# Carbide inserts ~ lathe size



## JPower6210 (Dec 27, 2018)

Newbie question-  I am using HSS on my lathe and happy with it, but I would like to try out some inserts-  In my reading I keep hearing that you need a big heavy lathe to effectively use carbide.  So the question is:  what is big/heavy?  Is there a general guideline for how big for inserts?  How big do you need before you can go to negative rake inserts and get the advantage of double sided inserts?  More curiosity than anything.  Thanks-

JP


----------



## SamI (Dec 27, 2018)

I'm running carbide on my 13 x 40" lathe and I'm pretty happy with it.  Sure, carbide can be run at much higher speeds than I feel comfortable with most of the time but I get reasonable tool life out of my inserts, as long as the correct grade of inserts is used (some coatings cause rapid build up when cutting aluminium).

If you experience any chatter on your machine this can cause the carbide to chip, and on something like mini lathe where it's not uncommon to stall the motor then chipping inserts is fairly common in my experience.  That being said I used carbide on my mini lathe with great success.  

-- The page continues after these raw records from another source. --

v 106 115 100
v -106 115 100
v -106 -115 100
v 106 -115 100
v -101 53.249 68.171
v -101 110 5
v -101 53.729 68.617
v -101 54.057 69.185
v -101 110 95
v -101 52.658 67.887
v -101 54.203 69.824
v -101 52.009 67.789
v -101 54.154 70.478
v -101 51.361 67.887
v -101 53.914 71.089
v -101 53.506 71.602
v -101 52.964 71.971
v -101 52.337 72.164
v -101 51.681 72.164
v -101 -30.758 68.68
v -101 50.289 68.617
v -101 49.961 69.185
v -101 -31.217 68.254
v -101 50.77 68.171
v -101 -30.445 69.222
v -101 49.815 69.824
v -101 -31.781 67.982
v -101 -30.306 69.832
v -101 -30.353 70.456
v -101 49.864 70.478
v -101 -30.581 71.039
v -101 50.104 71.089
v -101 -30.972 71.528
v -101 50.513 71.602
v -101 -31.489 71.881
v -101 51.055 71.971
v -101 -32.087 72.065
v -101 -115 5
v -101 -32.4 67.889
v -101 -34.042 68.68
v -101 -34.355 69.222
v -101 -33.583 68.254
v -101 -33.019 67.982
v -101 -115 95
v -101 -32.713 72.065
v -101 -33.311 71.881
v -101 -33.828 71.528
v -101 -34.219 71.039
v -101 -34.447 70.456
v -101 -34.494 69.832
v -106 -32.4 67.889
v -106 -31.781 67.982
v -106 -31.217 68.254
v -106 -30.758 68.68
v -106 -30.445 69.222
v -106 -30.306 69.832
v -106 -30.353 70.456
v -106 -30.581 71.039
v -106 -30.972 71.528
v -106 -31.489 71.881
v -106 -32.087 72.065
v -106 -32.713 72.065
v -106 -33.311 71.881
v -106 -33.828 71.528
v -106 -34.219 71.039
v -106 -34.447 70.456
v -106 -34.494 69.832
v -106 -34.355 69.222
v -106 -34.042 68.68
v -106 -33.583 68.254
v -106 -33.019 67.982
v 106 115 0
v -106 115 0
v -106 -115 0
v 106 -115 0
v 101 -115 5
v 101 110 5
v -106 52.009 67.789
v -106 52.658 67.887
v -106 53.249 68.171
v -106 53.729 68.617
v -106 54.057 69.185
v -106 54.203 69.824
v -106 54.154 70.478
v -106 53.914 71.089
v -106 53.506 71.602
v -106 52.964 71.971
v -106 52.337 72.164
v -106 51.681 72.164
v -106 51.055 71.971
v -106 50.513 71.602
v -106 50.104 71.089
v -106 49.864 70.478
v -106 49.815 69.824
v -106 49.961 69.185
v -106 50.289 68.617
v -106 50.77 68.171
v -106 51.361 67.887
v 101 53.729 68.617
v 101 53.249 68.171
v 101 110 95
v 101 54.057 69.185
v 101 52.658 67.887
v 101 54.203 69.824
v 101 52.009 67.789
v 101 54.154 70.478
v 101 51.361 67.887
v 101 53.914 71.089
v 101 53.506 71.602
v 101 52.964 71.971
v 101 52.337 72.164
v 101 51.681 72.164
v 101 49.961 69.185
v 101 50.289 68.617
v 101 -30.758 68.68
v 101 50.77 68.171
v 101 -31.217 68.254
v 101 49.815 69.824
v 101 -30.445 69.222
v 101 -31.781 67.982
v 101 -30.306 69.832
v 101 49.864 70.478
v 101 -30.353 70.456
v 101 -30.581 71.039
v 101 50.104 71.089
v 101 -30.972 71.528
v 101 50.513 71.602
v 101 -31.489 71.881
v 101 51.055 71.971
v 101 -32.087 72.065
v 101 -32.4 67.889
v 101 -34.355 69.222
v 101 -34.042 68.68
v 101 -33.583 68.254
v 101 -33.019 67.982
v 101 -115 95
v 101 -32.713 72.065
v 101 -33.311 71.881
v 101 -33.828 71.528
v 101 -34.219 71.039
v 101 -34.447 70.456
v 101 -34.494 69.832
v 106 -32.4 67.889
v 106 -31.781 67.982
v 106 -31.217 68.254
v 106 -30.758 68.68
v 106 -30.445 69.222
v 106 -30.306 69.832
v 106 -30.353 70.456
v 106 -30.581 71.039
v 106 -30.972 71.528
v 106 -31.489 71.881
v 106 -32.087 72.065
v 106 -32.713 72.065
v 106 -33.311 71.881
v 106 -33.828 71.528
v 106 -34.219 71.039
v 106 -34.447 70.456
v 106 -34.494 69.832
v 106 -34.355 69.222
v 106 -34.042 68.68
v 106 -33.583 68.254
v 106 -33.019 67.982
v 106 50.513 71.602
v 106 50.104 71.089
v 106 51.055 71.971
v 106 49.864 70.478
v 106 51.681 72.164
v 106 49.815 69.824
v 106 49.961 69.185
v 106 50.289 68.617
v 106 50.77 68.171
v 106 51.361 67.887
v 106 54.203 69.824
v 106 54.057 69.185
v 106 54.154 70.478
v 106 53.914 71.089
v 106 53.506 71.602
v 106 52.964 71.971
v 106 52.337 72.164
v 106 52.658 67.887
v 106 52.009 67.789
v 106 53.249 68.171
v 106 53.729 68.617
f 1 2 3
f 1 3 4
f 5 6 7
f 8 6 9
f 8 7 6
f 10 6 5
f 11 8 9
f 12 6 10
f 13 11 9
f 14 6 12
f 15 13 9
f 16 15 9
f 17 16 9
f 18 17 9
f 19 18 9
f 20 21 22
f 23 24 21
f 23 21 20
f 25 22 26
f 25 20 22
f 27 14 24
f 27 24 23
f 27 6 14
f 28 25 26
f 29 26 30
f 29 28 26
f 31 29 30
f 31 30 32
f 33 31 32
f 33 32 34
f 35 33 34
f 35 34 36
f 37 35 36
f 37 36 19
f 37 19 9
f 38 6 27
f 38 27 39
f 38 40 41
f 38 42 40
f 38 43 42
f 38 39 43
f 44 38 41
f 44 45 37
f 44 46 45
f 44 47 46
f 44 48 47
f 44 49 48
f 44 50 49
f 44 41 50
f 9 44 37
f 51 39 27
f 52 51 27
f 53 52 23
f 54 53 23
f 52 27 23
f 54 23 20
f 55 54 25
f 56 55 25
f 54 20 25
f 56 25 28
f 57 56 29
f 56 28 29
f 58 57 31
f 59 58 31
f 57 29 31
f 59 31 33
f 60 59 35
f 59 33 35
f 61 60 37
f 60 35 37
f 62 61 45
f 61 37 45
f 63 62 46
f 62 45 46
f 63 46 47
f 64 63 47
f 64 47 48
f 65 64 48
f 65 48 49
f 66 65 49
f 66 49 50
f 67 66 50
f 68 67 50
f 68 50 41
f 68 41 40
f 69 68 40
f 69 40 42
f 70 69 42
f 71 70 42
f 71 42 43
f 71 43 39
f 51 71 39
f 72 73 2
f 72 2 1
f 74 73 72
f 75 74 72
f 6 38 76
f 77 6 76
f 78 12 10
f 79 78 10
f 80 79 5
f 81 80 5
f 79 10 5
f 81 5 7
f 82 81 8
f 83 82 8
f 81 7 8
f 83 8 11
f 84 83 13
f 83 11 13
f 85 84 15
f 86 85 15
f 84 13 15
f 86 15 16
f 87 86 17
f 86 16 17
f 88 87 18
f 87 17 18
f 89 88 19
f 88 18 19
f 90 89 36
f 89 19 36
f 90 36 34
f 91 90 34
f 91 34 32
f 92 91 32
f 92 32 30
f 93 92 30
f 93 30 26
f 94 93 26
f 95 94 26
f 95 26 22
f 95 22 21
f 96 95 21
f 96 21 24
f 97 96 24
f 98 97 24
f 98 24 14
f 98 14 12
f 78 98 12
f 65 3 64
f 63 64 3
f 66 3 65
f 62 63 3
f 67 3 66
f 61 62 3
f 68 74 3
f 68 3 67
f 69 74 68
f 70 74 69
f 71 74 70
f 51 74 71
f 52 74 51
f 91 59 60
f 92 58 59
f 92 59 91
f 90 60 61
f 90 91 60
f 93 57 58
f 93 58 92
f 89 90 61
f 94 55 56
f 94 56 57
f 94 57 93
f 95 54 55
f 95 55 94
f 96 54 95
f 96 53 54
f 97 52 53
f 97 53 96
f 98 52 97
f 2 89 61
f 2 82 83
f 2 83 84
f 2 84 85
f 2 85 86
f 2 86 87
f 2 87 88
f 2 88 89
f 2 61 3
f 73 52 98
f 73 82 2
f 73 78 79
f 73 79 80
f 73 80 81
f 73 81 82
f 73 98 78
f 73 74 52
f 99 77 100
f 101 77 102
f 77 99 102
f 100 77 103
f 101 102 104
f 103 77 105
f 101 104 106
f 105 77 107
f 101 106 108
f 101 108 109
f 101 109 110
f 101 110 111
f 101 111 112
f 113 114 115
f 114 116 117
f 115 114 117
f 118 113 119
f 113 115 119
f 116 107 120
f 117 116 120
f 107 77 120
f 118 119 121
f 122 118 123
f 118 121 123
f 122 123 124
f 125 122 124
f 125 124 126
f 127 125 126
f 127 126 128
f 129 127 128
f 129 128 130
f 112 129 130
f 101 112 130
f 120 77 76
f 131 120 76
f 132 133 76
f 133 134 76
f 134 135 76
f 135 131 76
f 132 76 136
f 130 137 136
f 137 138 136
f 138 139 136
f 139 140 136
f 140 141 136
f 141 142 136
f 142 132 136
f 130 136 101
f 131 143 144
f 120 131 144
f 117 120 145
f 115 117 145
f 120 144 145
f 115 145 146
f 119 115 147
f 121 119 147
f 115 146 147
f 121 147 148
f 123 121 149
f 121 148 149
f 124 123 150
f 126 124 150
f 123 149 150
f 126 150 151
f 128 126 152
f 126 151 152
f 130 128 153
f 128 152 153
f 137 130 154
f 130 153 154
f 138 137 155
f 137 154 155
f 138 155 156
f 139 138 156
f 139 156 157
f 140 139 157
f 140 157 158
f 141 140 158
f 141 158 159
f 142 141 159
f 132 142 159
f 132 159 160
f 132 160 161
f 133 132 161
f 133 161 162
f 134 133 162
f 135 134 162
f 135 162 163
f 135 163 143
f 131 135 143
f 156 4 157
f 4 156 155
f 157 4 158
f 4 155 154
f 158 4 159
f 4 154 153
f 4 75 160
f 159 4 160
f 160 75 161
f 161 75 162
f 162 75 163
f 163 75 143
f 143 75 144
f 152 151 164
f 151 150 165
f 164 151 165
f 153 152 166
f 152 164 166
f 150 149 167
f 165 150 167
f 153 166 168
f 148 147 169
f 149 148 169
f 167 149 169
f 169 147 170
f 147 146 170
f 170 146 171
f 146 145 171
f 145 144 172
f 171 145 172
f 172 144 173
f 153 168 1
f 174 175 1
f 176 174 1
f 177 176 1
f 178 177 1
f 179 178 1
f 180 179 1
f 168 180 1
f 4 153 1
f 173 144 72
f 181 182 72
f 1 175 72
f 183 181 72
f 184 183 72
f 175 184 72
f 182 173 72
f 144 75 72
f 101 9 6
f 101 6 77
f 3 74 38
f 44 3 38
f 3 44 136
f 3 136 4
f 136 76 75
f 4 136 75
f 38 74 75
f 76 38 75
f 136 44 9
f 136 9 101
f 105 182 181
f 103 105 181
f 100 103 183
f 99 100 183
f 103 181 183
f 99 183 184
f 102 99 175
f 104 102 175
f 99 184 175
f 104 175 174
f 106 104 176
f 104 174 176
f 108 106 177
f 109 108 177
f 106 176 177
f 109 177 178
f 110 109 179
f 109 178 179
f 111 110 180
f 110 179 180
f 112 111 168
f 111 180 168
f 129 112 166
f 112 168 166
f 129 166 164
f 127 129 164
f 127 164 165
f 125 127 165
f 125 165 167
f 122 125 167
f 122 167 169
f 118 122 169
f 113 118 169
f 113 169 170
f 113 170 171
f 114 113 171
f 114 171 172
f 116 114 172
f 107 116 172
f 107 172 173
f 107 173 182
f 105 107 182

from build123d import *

# Parameters (mm, degrees)
SKETCH_1_W          = 212
SKETCH_1_H          = 230
EXTRUDE_1_DEPTH     = 100
SKETCH_2_W          = 202
SKETCH_2_H          = 90
CUT_EXTRUDE_1_DEPTH = 225
SKETCH_5_R          = 2.2
CUT_EXTRUDE_4_DEPTH = 238
SKETCH_6_R          = 2.1
CUT_EXTRUDE_5_DEPTH = 237


with BuildPart() as part:
    # 草圖1 → 填料-伸長1 (new body)
    with BuildSketch(Plane.XY):
        Rectangle(SKETCH_1_W, SKETCH_1_H)
    extrude(amount=EXTRUDE_1_DEPTH)

    # 草圖2 → 除料-伸長1 (cut)
    with BuildSketch(Plane.XZ.offset(115)):
        with Locations((0, 50)):
            Rectangle(SKETCH_2_W, SKETCH_2_H)
    extrude(amount=-CUT_EXTRUDE_1_DEPTH, mode=Mode.SUBTRACT)

    # 草圖5 → 除料-伸長4 (cut)
    with BuildSketch(Plane(origin=(106, 0, 0), x_dir=(0, 0, -1), z_dir=(1, 0, 0))):
        with Locations((-69.988851691, 52.009212606)):
            Circle(SKETCH_5_R)
    extrude(amount=-CUT_EXTRUDE_4_DEPTH, mode=Mode.SUBTRACT)

    # 草圖6 → 除料-伸長5 (cut)
    with BuildSketch(Plane(origin=(106, 0, 0), x_dir=(0, 0, -1), z_dir=(1, 0, 0))):
        with Locations((-69.988851691, -32.4)):
            Circle(SKETCH_6_R)
    extrude(amount=-CUT_EXTRUDE_5_DEPTH, mode=Mode.SUBTRACT)


solid = part.part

Many people prefer HSS on smaller machines such as the mini lathe because it can hold a sharper edge than carbide and therefore reduce the cutting force.  Some people also claim a better surface finish however I have personally not found this to be the case.  That being said, while I can grind special tools for a given purpose I am not the best at grinding HSS tools - I suspect if I experimented a little I could get a better finish.

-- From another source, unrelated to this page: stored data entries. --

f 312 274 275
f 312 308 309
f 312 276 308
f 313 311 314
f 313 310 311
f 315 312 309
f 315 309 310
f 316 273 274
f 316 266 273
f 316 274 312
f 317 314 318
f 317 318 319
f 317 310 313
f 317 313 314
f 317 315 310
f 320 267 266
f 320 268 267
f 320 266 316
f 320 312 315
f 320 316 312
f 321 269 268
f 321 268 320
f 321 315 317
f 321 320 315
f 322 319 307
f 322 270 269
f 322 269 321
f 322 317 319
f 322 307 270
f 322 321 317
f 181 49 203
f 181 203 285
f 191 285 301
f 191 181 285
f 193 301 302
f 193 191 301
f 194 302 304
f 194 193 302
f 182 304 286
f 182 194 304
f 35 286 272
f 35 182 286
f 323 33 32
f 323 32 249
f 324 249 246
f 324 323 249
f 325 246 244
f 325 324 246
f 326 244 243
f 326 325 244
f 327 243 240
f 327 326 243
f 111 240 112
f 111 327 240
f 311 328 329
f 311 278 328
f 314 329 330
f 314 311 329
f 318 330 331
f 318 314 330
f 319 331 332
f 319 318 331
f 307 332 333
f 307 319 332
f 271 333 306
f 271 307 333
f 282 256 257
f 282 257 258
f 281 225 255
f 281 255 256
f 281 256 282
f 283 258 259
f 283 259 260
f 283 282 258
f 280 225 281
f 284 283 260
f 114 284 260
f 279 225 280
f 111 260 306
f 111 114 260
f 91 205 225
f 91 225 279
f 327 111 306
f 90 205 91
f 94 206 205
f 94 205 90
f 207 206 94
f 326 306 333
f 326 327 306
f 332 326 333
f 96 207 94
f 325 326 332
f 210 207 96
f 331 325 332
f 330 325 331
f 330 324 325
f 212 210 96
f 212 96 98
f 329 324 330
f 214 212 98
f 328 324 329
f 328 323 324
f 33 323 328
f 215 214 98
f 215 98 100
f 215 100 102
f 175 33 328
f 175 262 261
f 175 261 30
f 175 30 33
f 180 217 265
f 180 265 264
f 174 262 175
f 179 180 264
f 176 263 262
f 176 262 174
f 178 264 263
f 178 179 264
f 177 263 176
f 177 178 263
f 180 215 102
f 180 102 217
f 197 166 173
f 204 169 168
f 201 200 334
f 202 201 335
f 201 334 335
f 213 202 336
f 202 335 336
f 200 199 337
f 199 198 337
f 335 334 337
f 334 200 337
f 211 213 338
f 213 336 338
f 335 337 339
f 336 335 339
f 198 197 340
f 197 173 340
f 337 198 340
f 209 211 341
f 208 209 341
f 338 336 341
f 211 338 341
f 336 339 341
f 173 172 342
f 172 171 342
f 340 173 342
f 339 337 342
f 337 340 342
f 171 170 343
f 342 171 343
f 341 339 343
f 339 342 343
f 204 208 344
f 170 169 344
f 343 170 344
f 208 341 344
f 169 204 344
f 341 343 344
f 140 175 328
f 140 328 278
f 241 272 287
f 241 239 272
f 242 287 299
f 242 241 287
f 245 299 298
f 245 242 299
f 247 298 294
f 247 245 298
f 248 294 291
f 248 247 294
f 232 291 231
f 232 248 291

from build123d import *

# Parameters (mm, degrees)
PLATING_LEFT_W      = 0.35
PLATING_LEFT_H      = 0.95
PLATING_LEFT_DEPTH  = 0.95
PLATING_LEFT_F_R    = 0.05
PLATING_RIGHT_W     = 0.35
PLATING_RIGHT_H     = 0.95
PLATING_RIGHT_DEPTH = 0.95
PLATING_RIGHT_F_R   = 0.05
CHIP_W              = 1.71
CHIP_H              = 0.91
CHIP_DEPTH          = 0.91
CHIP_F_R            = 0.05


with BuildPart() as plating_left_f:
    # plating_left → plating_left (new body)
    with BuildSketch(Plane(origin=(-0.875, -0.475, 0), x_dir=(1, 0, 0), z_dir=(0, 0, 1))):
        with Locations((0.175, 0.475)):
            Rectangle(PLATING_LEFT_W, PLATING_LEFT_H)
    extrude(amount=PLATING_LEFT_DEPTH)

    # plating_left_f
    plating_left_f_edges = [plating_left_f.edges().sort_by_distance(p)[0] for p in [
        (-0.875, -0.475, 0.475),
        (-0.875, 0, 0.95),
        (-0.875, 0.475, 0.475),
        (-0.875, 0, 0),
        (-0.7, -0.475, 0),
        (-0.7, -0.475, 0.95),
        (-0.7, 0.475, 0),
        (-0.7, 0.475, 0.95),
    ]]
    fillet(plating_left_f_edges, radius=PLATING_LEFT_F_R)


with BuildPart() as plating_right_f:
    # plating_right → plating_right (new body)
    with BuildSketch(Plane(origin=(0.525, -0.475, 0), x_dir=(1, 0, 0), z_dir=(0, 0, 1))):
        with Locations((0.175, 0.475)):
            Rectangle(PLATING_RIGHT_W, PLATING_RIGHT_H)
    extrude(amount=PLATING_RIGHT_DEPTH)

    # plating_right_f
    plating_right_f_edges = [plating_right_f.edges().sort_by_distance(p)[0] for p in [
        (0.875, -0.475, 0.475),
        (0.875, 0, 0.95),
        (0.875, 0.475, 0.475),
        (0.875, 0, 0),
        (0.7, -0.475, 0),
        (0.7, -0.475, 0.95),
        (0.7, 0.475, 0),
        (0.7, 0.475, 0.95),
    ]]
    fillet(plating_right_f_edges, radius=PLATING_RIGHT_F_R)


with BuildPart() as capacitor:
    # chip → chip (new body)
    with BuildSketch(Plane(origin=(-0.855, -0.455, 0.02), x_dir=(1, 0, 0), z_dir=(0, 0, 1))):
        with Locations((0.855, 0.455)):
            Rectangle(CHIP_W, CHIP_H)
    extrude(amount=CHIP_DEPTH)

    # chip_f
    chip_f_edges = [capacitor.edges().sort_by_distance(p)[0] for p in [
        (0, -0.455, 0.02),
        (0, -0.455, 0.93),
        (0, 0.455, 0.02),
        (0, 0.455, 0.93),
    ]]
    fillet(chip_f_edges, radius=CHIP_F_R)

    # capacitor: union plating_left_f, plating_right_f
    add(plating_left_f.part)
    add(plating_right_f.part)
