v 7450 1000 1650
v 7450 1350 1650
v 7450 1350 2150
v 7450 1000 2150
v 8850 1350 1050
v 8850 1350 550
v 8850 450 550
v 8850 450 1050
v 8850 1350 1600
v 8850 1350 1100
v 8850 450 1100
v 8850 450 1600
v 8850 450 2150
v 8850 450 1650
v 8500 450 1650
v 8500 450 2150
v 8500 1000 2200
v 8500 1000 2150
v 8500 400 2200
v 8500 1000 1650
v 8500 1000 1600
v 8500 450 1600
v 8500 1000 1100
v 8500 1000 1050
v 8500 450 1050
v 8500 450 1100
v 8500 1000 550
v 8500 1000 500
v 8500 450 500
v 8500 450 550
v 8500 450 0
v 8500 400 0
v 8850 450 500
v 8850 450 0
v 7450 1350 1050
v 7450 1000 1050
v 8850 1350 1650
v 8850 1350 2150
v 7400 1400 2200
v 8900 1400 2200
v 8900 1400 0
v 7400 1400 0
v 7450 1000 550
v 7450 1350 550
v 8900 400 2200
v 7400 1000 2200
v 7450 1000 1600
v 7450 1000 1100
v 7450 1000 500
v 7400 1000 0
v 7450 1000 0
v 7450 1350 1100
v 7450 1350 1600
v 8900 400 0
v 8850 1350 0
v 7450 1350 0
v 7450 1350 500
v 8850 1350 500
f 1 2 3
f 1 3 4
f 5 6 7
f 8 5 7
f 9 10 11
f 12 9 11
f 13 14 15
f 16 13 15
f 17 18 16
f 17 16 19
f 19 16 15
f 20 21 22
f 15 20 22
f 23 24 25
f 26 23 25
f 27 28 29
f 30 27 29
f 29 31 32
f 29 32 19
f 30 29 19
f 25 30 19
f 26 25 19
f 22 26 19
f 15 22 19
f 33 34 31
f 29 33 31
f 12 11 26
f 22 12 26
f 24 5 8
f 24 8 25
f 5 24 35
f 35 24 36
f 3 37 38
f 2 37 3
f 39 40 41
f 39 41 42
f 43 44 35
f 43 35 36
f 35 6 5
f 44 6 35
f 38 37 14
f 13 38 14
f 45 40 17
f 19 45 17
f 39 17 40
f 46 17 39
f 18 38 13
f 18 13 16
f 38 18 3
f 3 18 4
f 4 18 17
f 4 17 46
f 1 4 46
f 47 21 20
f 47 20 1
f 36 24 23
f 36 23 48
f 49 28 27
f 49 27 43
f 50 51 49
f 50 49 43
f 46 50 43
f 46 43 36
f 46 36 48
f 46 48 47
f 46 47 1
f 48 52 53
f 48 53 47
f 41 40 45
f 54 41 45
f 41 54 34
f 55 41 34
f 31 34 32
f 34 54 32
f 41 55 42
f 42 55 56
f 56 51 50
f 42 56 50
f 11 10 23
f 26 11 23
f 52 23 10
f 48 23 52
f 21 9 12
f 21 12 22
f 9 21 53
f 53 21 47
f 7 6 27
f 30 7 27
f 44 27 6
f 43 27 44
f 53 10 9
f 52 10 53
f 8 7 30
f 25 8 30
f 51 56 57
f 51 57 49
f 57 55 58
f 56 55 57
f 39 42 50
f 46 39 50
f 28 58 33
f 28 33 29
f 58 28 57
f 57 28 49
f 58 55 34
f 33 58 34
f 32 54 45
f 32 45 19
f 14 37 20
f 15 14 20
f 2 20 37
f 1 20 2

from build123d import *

# Parameters (mm, degrees)
BOX3529_W        = 1400
BOX3529_H        = 900
BOX3529_DEPTH    = 500
ARRAY281_Z_COUNT = 4
ARRAY281_Z_PITCH = 550
BOX3527_W        = 400
BOX3527_H        = 600
BOX3527_DEPTH    = 2200
BOX3528_W        = 1500
BOX3528_H        = 400
BOX3528_DEPTH    = 2200


with BuildPart() as array281:
    # Box3529 → Box3529 (new body)
    with BuildSketch(Plane(origin=(8850, 1350, 0), x_dir=(-1, 0, 0), z_dir=(0, 0, 1))):
        with Locations((700, 450)):
            Rectangle(BOX3529_W, BOX3529_H)
    extrude(amount=BOX3529_DEPTH)

    # Array281 Z: Array281 ×4


with BuildPart() as array281_1:
    add(array281.part)
    with Locations(*[(0, 0, i * ARRAY281_Z_PITCH) for i in range(1, ARRAY281_Z_COUNT)]):
        add(array281.part)


with BuildPart() as box3527:
    # Box3527 → Box3527 (new body)
    with BuildSketch(Plane(origin=(8900, 1000, 0), x_dir=(-1, 0, 0), z_dir=(0, 0, 1))):
        with Locations((200, 300)):
            Rectangle(BOX3527_W, BOX3527_H)
    extrude(amount=BOX3527_DEPTH)


with BuildPart() as cut003:
    # Box3528 → Box3528 (new body)
    with BuildSketch(Plane(origin=(8900, 1400, 0), x_dir=(-1, 0, 0), z_dir=(0, 0, 1))):
        with Locations((750, 200)):
            Rectangle(BOX3528_W, BOX3528_H)
    extrude(amount=BOX3528_DEPTH)

    # Fusion015: union Box3527
    add(box3527.part)

    # Cut003: cut Array281
    add(array281_1.part, mode=Mode.SUBTRACT)


solid = cut003.part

As for the negative rake, that's what I tend to go for for roughing operations as it works out much more economical.  I guess it's a bit of trial and error.  My only advice would be to invest in good quality inserts.  I have had mixed success with Chinese inserts.  One batch were OK then the next barely usable.  They're not that much more cheaper than the high end ones and the life of the insert seems much higher so it probably works out about even and at least you know that the inserts you buy today will perform the same as the ones you bought last time.  Also you get more choice in coatings and chip breaker geometry of the insert which can make a big difference to the tools ability to cut and control the chip effectively.


----------



## JPower6210 (Dec 27, 2018)

Thanks for the detailed response-  I have a PM 1236, so not a mini lathe, but not as heavy/stiff as yours either-  I don't get much chatter, but I also have not used a lot of carbide and the bigger DOC-  sounds like it is worth experimenting with though-


----------



## Mitch Alsup (Dec 27, 2018)

JPower6210 said:


> Thanks for the detailed response-  I have a PM 1236, so not a mini lathe, but not as heavy/stiff as yours either-  I don't get much chatter, but I also have not used a lot of carbide and the bigger DOC-  sounds like it is worth experimenting with though-



I have a Grizzly G4003G 12-36 and use carbide insert tooling almost exclusively. CNMG, CCGT, and some threading inserts. I can take cuts deep enough and fast enough that the steel turns purple as it unwinds off the nose of the tool.


----------



## Karl_T (Dec 27, 2018)

One trick to try is inserts made for aluminum. I use CNMG tool holders. even thought this is a negative rake two sided insert, the chip breaker is big enough that it actually cuts with positive rake. You still want to run faster and deeper than HSS. Also carbide will not do a skin cut - just rubs.


----------



## Bamban (Dec 27, 2018)

I use DCGT and CCGT turning inserts on my JET 1024, and the 16ER AG60 for threading, all carbide, ground sharp intended for aluminum. Threading I plunge straight in with the cross slide since I have the compound set sort of permanently for taper boring.


----------



## Mitch Alsup (Dec 27, 2018)

Are you the Bambam that knows Art Luppino in Kerrville?


----------



## P. Waller (Dec 27, 2018)

The size and power of the machine is far less important then the size of the part.
A small machine may produce small parts using insert tooling with excellent results especially if it has sufficient spindle speed. 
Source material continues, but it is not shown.